Azimuths="0 30 60 90 120 150 180 210 240 270 300 330">
<buffer ChannelMapping="1 2 3 4 5 6 7 8 9 10 11 12"
Type="noise"
Variance="0.02"
Mean="0.0"/>
</source>
<sink Name="Head"
Position="0 0 1.75"
UnitX="1 0 0"
UnitZ="0 0 1"/>
</scene>
To account for the background noise during the estimation process, the
corresponding flag in the blackboard configuration file
segmentation_blackboard_noise.xml
is set to one:
<?xml version="1.0" encoding="utf-8"?>
<blackboardsystem>
<dataConnection Type="AuditoryFrontEndKS"/>
<KS Name="seg" Type="SegmentationKS">
<Param Type="char">DemoKS</Param>
<Param Type="double">3</Param>
<Param Type="int">3</Param>
<Param Type="int">1</Param>
</KS>
<Connection Mode="replaceOld" Event="AgendaEmpty">
<source>scheduler</source>
<sink>dataConnect</sink>
</Connection>
<Connection Mode="replaceOld">
<source>dataConnect</source>
<sink>seg</sink>
</Connection>
</blackboardsystem>
Running the corresponding script demo_segmentation_noisy.m
will generate
an additional soft-mask for the background noise which is shown in Fig.
Fig. 53.
Note
The background noise estimation procedure is based on the assumption that the noise present in the scene is diffuse and hence its directions of arrival follow a uniform distribution around the unit circle.
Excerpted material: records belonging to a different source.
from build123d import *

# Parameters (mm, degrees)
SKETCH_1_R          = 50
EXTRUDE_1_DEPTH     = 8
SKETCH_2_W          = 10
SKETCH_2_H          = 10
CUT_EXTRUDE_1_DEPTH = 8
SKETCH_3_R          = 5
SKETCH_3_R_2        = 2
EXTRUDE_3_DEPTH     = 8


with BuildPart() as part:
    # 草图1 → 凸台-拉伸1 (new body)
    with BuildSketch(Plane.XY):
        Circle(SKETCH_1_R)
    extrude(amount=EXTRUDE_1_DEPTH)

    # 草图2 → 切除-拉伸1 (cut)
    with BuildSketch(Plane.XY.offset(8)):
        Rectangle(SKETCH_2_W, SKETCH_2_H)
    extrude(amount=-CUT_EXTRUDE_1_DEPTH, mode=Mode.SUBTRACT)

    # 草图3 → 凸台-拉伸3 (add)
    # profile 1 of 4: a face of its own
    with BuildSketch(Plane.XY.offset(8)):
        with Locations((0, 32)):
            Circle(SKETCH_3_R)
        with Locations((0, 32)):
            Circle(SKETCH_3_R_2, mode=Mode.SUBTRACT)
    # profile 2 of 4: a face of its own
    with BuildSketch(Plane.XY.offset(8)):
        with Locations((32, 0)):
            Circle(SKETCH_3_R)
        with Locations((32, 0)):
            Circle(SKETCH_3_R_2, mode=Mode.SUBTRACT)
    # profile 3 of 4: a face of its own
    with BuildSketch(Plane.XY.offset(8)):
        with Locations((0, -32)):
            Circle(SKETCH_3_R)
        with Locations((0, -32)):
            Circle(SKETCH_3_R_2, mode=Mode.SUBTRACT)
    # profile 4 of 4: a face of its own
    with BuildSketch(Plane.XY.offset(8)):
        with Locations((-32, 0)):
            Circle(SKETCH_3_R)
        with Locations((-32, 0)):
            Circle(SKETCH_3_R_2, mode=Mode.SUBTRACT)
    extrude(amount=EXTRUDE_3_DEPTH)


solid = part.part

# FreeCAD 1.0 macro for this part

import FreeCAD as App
import Part
import Sketcher

V = App.Vector
Q = App.Units.Quantity


def add_polygon(sketch, points):
    """Adds a closed chain of lines whose ends are joined by coincident constraints."""
    first, n = sketch.GeometryCount, len(points)
    for a, b in zip(points, points[1:] + points[:1]):
        sketch.addGeometry(Part.LineSegment(App.Vector(*a, 0), App.Vector(*b, 0)), False)
    for i in range(n):
        sketch.addConstraint(Sketcher.Constraint("Coincident", first + i, 2, first + (i + 1) % n, 1))

doc = App.newDocument("Part")
body = doc.addObject("PartDesign::Body", "Body")

sketch1 = body.newObject("Sketcher::SketchObject", "Sketch")
sketch1.AttachmentSupport = (doc.getObject("XY_Plane"), [""])
sketch1.MapMode = "FlatFace"
sketch1.addGeometry(Part.Circle(V(0, 0, 0), V(0, 0, 1), 50), False)
sketch1.addConstraint(Sketcher.Constraint("Coincident", 0, 3, -1, 1))
sketch1.addConstraint(Sketcher.Constraint("Diameter", 0, Q("100 mm")))
pad1 = body.newObject("PartDesign::Pad", "Pad")
pad1.Profile = sketch1
pad1.Length = 8

sketch2 = body.newObject("Sketcher::SketchObject", "Sketch001")
sketch2.AttachmentSupport = (doc.getObject("XY_Plane"), [""])
sketch2.MapMode = "FlatFace"
sketch2.AttachmentOffset = App.Placement(V(0, 0, 8), App.Rotation())
add_polygon(sketch2, [(-5, 5), (-5, -5), (5, -5), (5, 5)])
sketch2.addConstraint(Sketcher.Constraint("Vertical", 0))
sketch2.addConstraint(Sketcher.Constraint("Horizontal", 1))
sketch2.addConstraint(Sketcher.Constraint("Vertical", 2))
sketch2.addConstraint(Sketcher.Constraint("Horizontal", 3))
sketch2.addConstraint(Sketcher.Constraint("Symmetric", 0, 2, 2, 2, -1, 1))
sketch2.addConstraint(Sketcher.Constraint("Equal", 3, 0))
sketch2.addConstraint(Sketcher.Constraint("DistanceX", 1, 1, 1, 2, Q("10 mm")))
pocket1 = body.newObject("PartDesign::Pocket", "Pocket")
pocket1.Profile = sketch2
pocket1.Length = 8

sketch3 = body.newObject("Sketcher::SketchObject", "Sketch002")
sketch3.AttachmentSupport = (doc.getObject("XY_Plane"), [""])
sketch3.MapMode = "FlatFace"
sketch3.AttachmentOffset = App.Placement(V(0, 0, 8), App.Rotation())
sketch3.addGeometry(Part.Circle(V(0, 32, 0), V(0, 0, 1), 5), False)
sketch3.addGeometry(Part.Circle(V(0, 32, 0), V(0, 0, 1), 2), False)
sketch3.addGeometry(Part.Circle(V(32, 0, 0), V(0, 0, 1), 5), False)
sketch3.addGeometry(Part.Circle(V(32, 0, 0), V(0, 0, 1), 2), False)
sketch3.addGeometry(Part.Circle(V(0, -32, 0), V(0, 0, 1), 5), False)
sketch3.addGeometry(Part.Circle(V(0, -32, 0), V(0, 0, 1), 2), False)
sketch3.addGeometry(Part.Circle(V(-32, 0, 0), V(0, 0, 1), 5), False)
sketch3.addGeometry(Part.Circle(V(-32, 0, 0), V(0, 0, 1), 2), False)
sketch3.addConstraint(Sketcher.Constraint("Coincident", 1, 3, 0, 3))
sketch3.addConstraint(Sketcher.Constraint("Coincident", 3, 3, 2, 3))
sketch3.addConstraint(Sketcher.Constraint("Coincident", 5, 3, 4, 3))
sketch3.addConstraint(Sketcher.Constraint("Coincident", 7, 3, 6, 3))
sketch3.addConstraint(Sketcher.Constraint("Equal", 0, 2))
sketch3.addConstraint(Sketcher.Constraint("Equal", 1, 3))
sketch3.addConstraint(Sketcher.Constraint("Equal", 2, 4))
sketch3.addConstraint(Sketcher.Constraint("Equal", 3, 5))
sketch3.addConstraint(Sketcher.Constraint("Equal", 4, 6))
sketch3.addConstraint(Sketcher.Constraint("Equal", 5, 7))
sketch3.addConstraint(Sketcher.Constraint("Symmetric", 0, 3, 4, 3, -1, 1))
sketch3.addConstraint(Sketcher.Constraint("Symmetric", 2, 3, 6, 3, -1, 1))
sketch3.addConstraint(Sketcher.Constraint("PointOnObject", 0, 3, -2))
sketch3.addConstraint(Sketcher.Constraint("PointOnObject", 2, 3, -1))
sketch3.addConstraint(Sketcher.Constraint("Diameter", 0, Q("10 mm")))
sketch3.addConstraint(Sketcher.Constraint("Diameter", 1, Q("4 mm")))
sketch3.addConstraint(Sketcher.Constraint("DistanceY", -1, 1, 0, 3, Q("32 mm")))
sketch3.addConstraint(Sketcher.Constraint("DistanceX", -1, 1, 2, 3, Q("32 mm")))
pad2 = body.newObject("PartDesign::Pad", "Pad001")
pad2.Profile = sketch3
pad2.Length = 8

doc.recompute()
If this condition is not valid and directional noise sources are present, considering them as additional sources instead of using the background estimation procedure might yield better results.
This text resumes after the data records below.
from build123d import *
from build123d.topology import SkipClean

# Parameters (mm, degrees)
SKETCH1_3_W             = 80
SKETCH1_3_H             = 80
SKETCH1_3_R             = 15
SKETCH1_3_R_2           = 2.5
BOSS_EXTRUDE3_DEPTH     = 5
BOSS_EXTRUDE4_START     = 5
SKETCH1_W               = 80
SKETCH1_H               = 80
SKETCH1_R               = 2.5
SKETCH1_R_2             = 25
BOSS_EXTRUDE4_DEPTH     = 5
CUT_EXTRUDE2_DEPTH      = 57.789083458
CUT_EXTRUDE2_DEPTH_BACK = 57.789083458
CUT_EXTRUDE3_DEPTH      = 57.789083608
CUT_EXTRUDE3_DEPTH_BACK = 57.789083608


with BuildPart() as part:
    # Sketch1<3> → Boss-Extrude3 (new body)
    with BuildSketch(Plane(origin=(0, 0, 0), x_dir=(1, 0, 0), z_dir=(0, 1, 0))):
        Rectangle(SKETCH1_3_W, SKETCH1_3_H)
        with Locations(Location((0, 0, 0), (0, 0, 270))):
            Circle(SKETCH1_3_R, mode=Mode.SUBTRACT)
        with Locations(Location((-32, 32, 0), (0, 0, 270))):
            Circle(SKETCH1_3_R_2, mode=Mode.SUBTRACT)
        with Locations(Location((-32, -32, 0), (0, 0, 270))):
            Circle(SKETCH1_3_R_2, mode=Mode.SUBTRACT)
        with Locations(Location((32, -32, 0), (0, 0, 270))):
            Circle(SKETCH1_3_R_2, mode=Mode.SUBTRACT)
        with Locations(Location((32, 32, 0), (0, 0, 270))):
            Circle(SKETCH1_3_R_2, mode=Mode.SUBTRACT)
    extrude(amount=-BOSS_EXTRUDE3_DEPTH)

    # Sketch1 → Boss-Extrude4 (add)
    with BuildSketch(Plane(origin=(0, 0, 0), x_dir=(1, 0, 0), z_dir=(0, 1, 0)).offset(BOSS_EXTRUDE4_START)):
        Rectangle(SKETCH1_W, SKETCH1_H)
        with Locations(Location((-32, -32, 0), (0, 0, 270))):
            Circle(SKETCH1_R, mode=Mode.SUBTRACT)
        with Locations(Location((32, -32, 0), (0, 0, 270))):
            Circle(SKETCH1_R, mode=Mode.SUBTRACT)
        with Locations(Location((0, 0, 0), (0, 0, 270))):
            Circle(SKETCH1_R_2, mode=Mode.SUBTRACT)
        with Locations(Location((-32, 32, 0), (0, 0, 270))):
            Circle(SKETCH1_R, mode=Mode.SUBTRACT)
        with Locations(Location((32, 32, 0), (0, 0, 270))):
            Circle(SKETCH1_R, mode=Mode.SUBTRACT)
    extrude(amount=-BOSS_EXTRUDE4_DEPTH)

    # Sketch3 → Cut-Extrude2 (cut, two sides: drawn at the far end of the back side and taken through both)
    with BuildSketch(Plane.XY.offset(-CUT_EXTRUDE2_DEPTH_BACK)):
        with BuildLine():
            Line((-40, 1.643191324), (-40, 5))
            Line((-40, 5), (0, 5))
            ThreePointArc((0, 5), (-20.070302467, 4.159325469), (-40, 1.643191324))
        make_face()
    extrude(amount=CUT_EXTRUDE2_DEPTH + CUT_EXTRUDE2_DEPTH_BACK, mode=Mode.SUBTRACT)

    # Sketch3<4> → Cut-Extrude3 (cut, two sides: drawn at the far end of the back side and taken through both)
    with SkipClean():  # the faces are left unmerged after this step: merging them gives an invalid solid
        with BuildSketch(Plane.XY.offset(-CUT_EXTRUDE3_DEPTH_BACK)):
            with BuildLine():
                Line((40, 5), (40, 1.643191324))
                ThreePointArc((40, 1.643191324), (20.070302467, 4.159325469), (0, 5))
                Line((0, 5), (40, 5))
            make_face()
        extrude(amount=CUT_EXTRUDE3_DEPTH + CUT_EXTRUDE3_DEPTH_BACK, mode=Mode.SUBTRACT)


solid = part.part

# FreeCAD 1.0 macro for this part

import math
import FreeCAD as App
import Part
import Sketcher
Q = App.Units.Quantity


def add_polygon(sketch, points):
    """Adds a closed chain of lines whose ends are joined by coincident constraints."""
    first, n = sketch.GeometryCount, len(points)
    for a, b in zip(points, points[1:] + points[:1]):
        sketch.addGeometry(Part.LineSegment(App.Vector(*a, 0), App.Vector(*b, 0)), False)
    for i in range(n):
        sketch.addConstraint(Sketcher.Constraint("Coincident", first + i, 2, first + (i + 1) % n, 1))

doc = App.newDocument("Part")
body = doc.addObject("PartDesign::Body", "Body")

sketch1 = doc.addObject("Sketcher::SketchObject", "Sketch")
body.addObject(sketch1)
sketch1.AttachmentSupport = (doc.XZ_Plane, [""])
sketch1.MapMode = "FlatFace"
add_polygon(sketch1, [(-40, -40), (-40, 40), (40, 40), (40, -40)])
sketch1.addGeometry(Part.Circle(App.Vector(-32, 32, 0), App.Vector(0, 0, 1), 2.5), False)
sketch1.addGeometry(Part.Circle(App.Vector(32, 32, 0), App.Vector(0, 0, 1), 2.5), False)
sketch1.addGeometry(Part.Circle(App.Vector(-32, -32, 0), App.Vector(0, 0, 1), 2.5), False)
sketch1.addGeometry(Part.Circle(App.Vector(0, 0, 0), App.Vector(0, 0, 1), 15), False)
sketch1.addGeometry(Part.Circle(App.Vector(32, -32, 0), App.Vector(0, 0, 1), 2.5), False)
sketch1.addConstraint(Sketcher.Constraint("Vertical", 0))
sketch1.addConstraint(Sketcher.Constraint("Horizontal", 1))
sketch1.addConstraint(Sketcher.Constraint("Vertical", 2))
sketch1.addConstraint(Sketcher.Constraint("Horizontal", 3))
sketch1.addConstraint(Sketcher.Constraint("Coincident", 7, 3, -1, 1))
sketch1.addConstraint(Sketcher.Constraint("Equal", 4, 5))
sketch1.addConstraint(Sketcher.Constraint("Equal", 5, 6))
sketch1.addConstraint(Sketcher.Constraint("Equal", 6, 8))
sketch1.addConstraint(Sketcher.Constraint("Symmetric", 5, 3, 6, 3, -1, 1))
sketch1.addConstraint(Sketcher.Constraint("Symmetric", 4, 3, 8, 3, -1, 1))
sketch1.addConstraint(Sketcher.Constraint("Symmetric", 0, 2, 2, 2, -1, 1))
sketch1.addConstraint(Sketcher.Constraint("Symmetric", 4, 3, 5, 3, -2))
sketch1.addConstraint(Sketcher.Constraint("Equal", 3, 0))
sketch1.addConstraint(Sketcher.Constraint("Diameter", 4, Q("5 mm")))
sketch1.addConstraint(Sketcher.Constraint("Diameter", 7, Q("30 mm")))
sketch1.addConstraint(Sketcher.Constraint("DistanceX", 1, 1, 1, 2, Q("80 mm")))
sketch1.addConstraint(Sketcher.Constraint("DistanceX", 4, 3, -1, 1, Q("32 mm")))
sketch1.addConstraint(Sketcher.Constraint("DistanceY", -1, 1, 4, 3, Q("32 mm")))
pad1 = doc.addObject("PartDesign::Pad", "Pad")
body.addObject(pad1)
pad1.Profile = sketch1
pad1.Length = 5

sketch2 = doc.addObject("Sketcher::SketchObject", "Sketch001")
body.addObject(sketch2)
sketch2.AttachmentSupport = (doc.XZ_Plane, [""])
sketch2.MapMode = "FlatFace"
sketch2.AttachmentOffset = App.Placement(App.Vector(0, 0, -5), App.Rotation())
add_polygon(sketch2, [(-40, -40), (-40, 40), (40, 40), (40, -40)])
sketch2.addGeometry(Part.Circle(App.Vector(-32, 32, 0), App.Vector(0, 0, 1), 2.5), False)
sketch2.addGeometry(Part.Circle(App.Vector(32, 32, 0), App.Vector(0, 0, 1), 2.5), False)
sketch2.addGeometry(Part.Circle(App.Vector(-32, -32, 0), App.Vector(0, 0, 1), 2.5), False)
sketch2.addGeometry(Part.Circle(App.Vector(0, 0, 0), App.Vector(0, 0, 1), 25), False)
sketch2.addGeometry(Part.Circle(App.Vector(32, -32, 0), App.Vector(0, 0, 1), 2.5), False)
sketch2.addConstraint(Sketcher.Constraint("Vertical", 0))
sketch2.addConstraint(Sketcher.Constraint("Horizontal", 1))
sketch2.addConstraint(Sketcher.Constraint("Vertical", 2))
sketch2.addConstraint(Sketcher.Constraint("Horizontal", 3))
sketch2.addConstraint(Sketcher.Constraint("Coincident", 7, 3, -1, 1))
sketch2.addConstraint(Sketcher.Constraint("Equal", 4, 5))
sketch2.addConstraint(Sketcher.Constraint("Equal", 5, 6))
sketch2.addConstraint(Sketcher.Constraint("Equal", 6, 8))
sketch2.addConstraint(Sketcher.Constraint("Symmetric", 5, 3, 6, 3, -1, 1))
sketch2.addConstraint(Sketcher.Constraint("Symmetric", 4, 3, 8, 3, -1, 1))
sketch2.addConstraint(Sketcher.Constraint("Symmetric", 0, 2, 2, 2, -1, 1))
sketch2.addConstraint(Sketcher.Constraint("Symmetric", 4, 3, 5, 3, -2))
sketch2.addConstraint(Sketcher.Constraint("Equal", 3, 0))
sketch2.addConstraint(Sketcher.Constraint("Diameter", 4, Q("5 mm")))
sketch2.addConstraint(Sketcher.Constraint("Diameter", 7, Q("50 mm")))
sketch2.addConstraint(Sketcher.Constraint("DistanceX", 1, 1, 1, 2, Q("80 mm")))
sketch2.addConstraint(Sketcher.Constraint("DistanceX", 4, 3, -1, 1, Q("32 mm")))
sketch2.addConstraint(Sketcher.Constraint("DistanceY", -1, 1, 4, 3, Q("32 mm")))
pad2 = doc.addObject("PartDesign::Pad", "Pad001")
body.addObject(pad2)
pad2.Profile = sketch2
pad2.Length = 5

sketch3 = doc.addObject("Sketcher::SketchObject", "Sketch002")
body.addObject(sketch3)
sketch3.AttachmentSupport = (doc.XY_Plane, [""])
sketch3.MapMode = "FlatFace"
sketch3.addGeometry(Part.LineSegment(App.Vector(-40, 5, 0), App.Vector(-40, 1.6, 0)), False)
sketch3.addGeometry(Part.ArcOfCircle(Part.Circle(App.Vector(0, -235, 0), App.Vector(0, 0, 1), 240), math.radians(90), math.radians(99.59)), False)
sketch3.addGeometry(Part.LineSegment(App.Vector(0, 5, 0), App.Vector(-40, 5, 0)), False)
sketch3.addConstraint(Sketcher.Constraint("Coincident", 0, 2, 1, 2))
sketch3.addConstraint(Sketcher.Constraint("Tangent", 1, 1, 2, 1))
sketch3.addConstraint(Sketcher.Constraint("Coincident", 2, 2, 0, 1))
sketch3.addConstraint(Sketcher.Constraint("Vertical", 0))
sketch3.addConstraint(Sketcher.Constraint("Horizontal", 2))
sketch3.addConstraint(Sketcher.Constraint("PointOnObject", 1, 3, -2))
sketch3.addConstraint(Sketcher.Constraint("Radius", 1, Q("240 mm")))
sketch3.addConstraint(Sketcher.Constraint("DistanceX", 2, 2, 2, 1, Q("40 mm")))
sketch3.addConstraint(Sketcher.Constraint("DistanceY", 1, 3, -1, 1, Q("235 mm")))
pocket1 = doc.addObject("PartDesign::Pocket", "Pocket")
body.addObject(pocket1)
pocket1.Profile = sketch3
pocket1.Type = "ThroughAll"
pocket1.Midplane = True

sketch4 = doc.addObject("Sketcher::SketchObject", "Sketch003")
body.addObject(sketch4)
sketch4.AttachmentSupport = (doc.XY_Plane, [""])
sketch4.MapMode = "FlatFace"
sketch4.addGeometry(Part.LineSegment(App.Vector(40, 1.6, 0), App.Vector(40, 5, 0)), False)
sketch4.addGeometry(Part.LineSegment(App.Vector(40, 5, 0), App.Vector(0, 5, 0)), False)
sketch4.addGeometry(Part.ArcOfCircle(Part.Circle(App.Vector(0, -235, 0), App.Vector(0, 0, 1), 240), math.radians(80.41), math.radians(90)), False)
sketch4.addConstraint(Sketcher.Constraint("Coincident", 0, 2, 1, 1))
sketch4.addConstraint(Sketcher.Constraint("Tangent", 1, 2, 2, 2))
sketch4.addConstraint(Sketcher.Constraint("Coincident", 2, 1, 0, 1))
sketch4.addConstraint(Sketcher.Constraint("Vertical", 0))
sketch4.addConstraint(Sketcher.Constraint("Horizontal", 1))
sketch4.addConstraint(Sketcher.Constraint("PointOnObject", 2, 3, -2))
sketch4.addConstraint(Sketcher.Constraint("Radius", 2, Q("240 mm")))
sketch4.addConstraint(Sketcher.Constraint("DistanceX", 1, 2, 1, 1, Q("40 mm")))
sketch4.addConstraint(Sketcher.Constraint("DistanceY", 2, 3, -1, 1, Q("235 mm")))
pocket2 = doc.addObject("PartDesign::Pocket", "Pocket001")
body.addObject(pocket2)
pocket2.Profile = sketch4
pocket2.Type = "ThroughAll"
pocket2.Midplane = True

doc.recompute()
Finally, the third demo shows the possibilities of priming the
SegmentationKS knowledge source, which means providing prior knowledge about
the source positions before the segmentation is actually performed. For this
purpose, the implementation of SegmentationKS provides an additional
function setFixedPositions()
which can be used to manually specify the
positions of the sound sources. In the script
demo_segmentation_priming.m
, this is done in the following way:
1 2 3 | % Provide prior knowledge of the two speaker locations
prior = [-deg2rad(30); deg2rad(30); 0];
bbs.blackboard.KSs{2}.setFixedPositions(prior);
|
It is also possible to exploit this functionality dynamically during runtime by using intermediate results of the DnnLocationKS knowledge source from the blackboard. Note that angular positions are handled in radians within the SegmentationKS framework, hence position estimates in degrees must be converted accordingly. A possible result for this demo is shown in Fig. Fig. 54.